(RECORDS TO USE begins)
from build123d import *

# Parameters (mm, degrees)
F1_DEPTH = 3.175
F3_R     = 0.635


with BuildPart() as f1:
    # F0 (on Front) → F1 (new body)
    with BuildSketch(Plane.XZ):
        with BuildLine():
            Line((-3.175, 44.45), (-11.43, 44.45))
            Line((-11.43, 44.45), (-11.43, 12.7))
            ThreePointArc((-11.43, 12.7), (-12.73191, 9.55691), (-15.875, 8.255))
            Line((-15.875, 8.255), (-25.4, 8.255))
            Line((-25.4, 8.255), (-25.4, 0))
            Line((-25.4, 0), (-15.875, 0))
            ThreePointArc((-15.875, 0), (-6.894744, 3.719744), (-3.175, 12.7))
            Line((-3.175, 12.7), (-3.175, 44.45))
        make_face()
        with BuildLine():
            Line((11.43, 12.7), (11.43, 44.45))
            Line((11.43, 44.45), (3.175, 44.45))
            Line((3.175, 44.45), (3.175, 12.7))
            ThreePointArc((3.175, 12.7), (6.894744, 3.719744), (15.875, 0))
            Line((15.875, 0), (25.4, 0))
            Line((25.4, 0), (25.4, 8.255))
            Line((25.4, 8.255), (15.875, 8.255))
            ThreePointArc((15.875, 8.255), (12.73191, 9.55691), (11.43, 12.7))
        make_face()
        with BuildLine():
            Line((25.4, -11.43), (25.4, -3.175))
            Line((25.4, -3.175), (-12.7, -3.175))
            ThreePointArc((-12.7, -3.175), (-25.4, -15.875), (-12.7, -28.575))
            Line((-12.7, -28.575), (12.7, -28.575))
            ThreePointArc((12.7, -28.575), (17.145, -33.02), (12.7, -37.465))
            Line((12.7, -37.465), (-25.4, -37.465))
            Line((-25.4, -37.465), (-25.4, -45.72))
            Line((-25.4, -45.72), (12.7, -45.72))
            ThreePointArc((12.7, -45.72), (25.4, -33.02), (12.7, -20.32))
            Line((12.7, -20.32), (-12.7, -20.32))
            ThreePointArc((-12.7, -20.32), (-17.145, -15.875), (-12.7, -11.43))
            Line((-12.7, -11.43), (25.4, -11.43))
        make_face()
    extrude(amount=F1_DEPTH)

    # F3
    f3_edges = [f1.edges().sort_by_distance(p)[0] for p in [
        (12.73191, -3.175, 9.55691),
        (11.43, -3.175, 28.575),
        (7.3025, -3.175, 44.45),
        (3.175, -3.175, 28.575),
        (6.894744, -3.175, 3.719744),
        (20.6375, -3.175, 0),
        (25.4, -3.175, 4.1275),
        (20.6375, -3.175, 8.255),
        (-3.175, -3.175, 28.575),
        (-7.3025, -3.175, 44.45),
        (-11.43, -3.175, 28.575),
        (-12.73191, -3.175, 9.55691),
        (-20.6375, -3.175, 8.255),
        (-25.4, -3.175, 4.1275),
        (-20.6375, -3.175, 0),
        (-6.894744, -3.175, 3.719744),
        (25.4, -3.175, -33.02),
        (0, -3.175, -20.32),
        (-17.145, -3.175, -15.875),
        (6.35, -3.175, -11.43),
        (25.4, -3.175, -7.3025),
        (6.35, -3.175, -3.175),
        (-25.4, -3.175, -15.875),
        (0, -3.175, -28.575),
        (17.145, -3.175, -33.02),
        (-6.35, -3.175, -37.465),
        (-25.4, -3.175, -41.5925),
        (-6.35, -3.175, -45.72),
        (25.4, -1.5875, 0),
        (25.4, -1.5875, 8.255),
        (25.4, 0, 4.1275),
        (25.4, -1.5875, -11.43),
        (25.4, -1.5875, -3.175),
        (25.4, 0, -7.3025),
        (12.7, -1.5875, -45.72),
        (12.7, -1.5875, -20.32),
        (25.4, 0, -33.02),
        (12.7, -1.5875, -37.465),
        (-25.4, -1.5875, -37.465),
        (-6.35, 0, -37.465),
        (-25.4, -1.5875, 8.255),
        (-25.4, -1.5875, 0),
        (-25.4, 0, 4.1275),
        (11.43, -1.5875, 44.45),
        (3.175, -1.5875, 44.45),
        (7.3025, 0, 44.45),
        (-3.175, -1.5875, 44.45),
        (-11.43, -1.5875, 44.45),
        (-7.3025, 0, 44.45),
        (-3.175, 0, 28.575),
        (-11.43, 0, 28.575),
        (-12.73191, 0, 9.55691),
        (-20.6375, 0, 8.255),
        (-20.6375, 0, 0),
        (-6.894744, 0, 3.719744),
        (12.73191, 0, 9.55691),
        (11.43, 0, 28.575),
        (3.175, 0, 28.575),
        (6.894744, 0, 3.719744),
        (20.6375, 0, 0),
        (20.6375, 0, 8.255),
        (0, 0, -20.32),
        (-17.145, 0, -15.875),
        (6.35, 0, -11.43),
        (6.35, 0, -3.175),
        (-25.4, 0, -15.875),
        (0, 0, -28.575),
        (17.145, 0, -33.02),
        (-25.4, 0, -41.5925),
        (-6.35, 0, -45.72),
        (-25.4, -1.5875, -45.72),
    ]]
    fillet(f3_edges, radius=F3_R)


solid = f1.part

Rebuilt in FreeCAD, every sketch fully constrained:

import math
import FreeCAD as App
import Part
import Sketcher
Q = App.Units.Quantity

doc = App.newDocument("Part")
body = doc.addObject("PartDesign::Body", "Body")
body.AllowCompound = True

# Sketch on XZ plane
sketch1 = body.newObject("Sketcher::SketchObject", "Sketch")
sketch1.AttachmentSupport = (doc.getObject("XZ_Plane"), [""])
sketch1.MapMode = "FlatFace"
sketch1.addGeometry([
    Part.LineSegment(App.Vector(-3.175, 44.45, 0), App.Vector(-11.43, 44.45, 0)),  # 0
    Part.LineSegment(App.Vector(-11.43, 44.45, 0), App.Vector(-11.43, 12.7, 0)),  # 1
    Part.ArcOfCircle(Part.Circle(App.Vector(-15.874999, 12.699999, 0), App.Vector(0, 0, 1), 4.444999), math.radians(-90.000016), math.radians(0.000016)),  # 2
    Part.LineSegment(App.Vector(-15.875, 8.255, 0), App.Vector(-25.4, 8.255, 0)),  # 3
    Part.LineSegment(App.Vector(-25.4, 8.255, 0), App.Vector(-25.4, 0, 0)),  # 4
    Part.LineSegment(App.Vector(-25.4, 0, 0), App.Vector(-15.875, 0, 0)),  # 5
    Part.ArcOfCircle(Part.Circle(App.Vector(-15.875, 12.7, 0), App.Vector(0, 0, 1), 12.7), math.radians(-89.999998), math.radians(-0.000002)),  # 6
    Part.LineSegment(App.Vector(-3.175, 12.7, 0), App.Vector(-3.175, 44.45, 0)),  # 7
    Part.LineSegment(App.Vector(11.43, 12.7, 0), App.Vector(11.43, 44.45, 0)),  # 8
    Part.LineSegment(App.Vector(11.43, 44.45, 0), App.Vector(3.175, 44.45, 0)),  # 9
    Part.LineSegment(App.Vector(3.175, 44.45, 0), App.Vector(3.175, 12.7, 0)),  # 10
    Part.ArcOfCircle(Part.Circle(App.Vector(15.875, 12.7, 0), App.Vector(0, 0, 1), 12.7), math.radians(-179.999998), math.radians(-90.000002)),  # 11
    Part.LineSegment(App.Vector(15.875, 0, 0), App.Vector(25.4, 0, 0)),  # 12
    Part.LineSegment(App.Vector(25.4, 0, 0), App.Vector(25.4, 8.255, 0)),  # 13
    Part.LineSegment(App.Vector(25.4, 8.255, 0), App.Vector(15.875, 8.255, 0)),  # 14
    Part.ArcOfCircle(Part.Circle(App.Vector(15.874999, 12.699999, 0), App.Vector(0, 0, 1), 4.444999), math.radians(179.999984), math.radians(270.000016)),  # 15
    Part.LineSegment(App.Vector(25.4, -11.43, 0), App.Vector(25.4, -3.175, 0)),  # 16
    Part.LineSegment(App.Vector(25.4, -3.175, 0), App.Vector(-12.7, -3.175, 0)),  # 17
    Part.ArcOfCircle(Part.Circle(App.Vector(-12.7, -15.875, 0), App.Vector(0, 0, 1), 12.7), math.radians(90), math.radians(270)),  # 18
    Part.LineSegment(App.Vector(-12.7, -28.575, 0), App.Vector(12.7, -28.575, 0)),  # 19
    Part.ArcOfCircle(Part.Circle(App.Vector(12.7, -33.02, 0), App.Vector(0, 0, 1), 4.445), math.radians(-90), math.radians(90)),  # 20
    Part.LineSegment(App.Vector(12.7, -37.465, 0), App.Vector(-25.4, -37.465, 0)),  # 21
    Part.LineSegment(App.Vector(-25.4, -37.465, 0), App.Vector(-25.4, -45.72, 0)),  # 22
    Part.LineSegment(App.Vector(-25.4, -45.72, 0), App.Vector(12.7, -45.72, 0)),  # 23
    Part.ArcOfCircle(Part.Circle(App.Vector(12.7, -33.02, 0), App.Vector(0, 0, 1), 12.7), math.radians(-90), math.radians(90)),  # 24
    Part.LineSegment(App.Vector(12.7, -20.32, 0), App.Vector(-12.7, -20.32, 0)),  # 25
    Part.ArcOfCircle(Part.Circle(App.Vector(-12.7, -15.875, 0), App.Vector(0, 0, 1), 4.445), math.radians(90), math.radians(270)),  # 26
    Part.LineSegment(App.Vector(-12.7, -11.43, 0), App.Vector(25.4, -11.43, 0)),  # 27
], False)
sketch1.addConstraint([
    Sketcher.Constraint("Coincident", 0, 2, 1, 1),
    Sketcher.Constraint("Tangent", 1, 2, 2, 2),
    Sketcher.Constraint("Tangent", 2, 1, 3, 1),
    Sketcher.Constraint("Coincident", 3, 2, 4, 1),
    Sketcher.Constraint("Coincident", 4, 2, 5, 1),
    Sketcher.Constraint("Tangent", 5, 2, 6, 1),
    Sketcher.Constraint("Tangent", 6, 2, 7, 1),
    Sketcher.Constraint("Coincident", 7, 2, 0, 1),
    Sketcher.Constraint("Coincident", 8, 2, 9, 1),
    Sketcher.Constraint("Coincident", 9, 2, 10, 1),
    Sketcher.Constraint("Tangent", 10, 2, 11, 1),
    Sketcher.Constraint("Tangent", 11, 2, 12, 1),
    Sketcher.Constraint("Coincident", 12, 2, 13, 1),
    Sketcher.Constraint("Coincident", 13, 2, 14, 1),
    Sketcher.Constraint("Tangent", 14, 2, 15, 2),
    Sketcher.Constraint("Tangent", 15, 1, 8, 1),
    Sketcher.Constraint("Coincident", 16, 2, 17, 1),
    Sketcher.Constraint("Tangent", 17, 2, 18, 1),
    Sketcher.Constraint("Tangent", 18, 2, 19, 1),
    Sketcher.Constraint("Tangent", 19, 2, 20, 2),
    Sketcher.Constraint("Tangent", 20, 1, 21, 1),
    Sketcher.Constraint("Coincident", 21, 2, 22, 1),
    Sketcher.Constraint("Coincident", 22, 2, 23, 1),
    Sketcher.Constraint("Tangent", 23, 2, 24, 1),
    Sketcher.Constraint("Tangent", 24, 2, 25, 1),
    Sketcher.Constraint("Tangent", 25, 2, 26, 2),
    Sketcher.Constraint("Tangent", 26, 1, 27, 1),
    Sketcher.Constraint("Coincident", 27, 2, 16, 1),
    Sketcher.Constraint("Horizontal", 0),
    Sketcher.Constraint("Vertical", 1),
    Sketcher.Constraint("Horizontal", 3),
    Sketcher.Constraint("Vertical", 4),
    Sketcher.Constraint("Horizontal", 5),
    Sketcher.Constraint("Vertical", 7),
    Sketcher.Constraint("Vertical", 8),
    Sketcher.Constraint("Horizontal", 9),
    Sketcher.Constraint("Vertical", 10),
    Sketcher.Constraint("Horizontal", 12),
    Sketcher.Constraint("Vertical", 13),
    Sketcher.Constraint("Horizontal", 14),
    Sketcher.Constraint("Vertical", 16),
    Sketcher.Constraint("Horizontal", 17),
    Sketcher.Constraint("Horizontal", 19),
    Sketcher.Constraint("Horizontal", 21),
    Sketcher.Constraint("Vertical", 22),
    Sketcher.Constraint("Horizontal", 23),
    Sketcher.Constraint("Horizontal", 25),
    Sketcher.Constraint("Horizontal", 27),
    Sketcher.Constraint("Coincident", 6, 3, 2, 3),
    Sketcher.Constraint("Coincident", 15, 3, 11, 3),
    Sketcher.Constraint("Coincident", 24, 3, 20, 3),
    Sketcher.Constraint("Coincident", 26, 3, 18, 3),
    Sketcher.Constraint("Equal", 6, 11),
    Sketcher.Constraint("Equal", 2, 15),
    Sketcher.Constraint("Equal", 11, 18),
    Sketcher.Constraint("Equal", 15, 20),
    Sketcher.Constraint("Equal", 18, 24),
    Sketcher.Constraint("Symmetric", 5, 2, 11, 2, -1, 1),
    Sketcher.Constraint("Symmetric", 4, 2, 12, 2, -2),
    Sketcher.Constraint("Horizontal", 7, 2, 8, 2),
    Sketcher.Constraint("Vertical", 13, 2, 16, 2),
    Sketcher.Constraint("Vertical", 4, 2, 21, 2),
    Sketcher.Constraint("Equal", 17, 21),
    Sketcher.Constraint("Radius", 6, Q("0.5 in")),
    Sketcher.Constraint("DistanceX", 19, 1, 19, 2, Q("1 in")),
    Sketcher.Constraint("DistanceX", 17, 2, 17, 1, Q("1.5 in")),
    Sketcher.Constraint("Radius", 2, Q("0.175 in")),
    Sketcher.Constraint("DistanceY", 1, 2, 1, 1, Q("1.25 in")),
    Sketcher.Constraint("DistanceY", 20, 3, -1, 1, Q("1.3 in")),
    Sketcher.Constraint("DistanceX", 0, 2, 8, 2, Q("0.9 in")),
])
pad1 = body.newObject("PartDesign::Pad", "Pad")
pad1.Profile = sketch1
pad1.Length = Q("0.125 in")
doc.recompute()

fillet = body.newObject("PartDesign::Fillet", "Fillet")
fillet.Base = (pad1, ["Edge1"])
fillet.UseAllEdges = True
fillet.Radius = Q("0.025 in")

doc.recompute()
(RECORDS TO USE ends)
» **WHAT TO DO**: Take the lines from the start of the records through the line holding "Line((-25.4, 8.255), (-25.4, 0))", both included, and please print them exactly, with nothing else.

» **COMPLETED TASK**:
from build123d import *

# Parameters (mm, degrees)
F1_DEPTH = 3.175
F3_R     = 0.635


with BuildPart() as f1:
    # F0 (on Front) → F1 (new body)
    with BuildSketch(Plane.XZ):
        with BuildLine():
            Line((-3.175, 44.45), (-11.43, 44.45))
            Line((-11.43, 44.45), (-11.43, 12.7))
            ThreePointArc((-11.43, 12.7), (-12.73191, 9.55691), (-15.875, 8.255))
            Line((-15.875, 8.255), (-25.4, 8.255))
            Line((-25.4, 8.255), (-25.4, 0))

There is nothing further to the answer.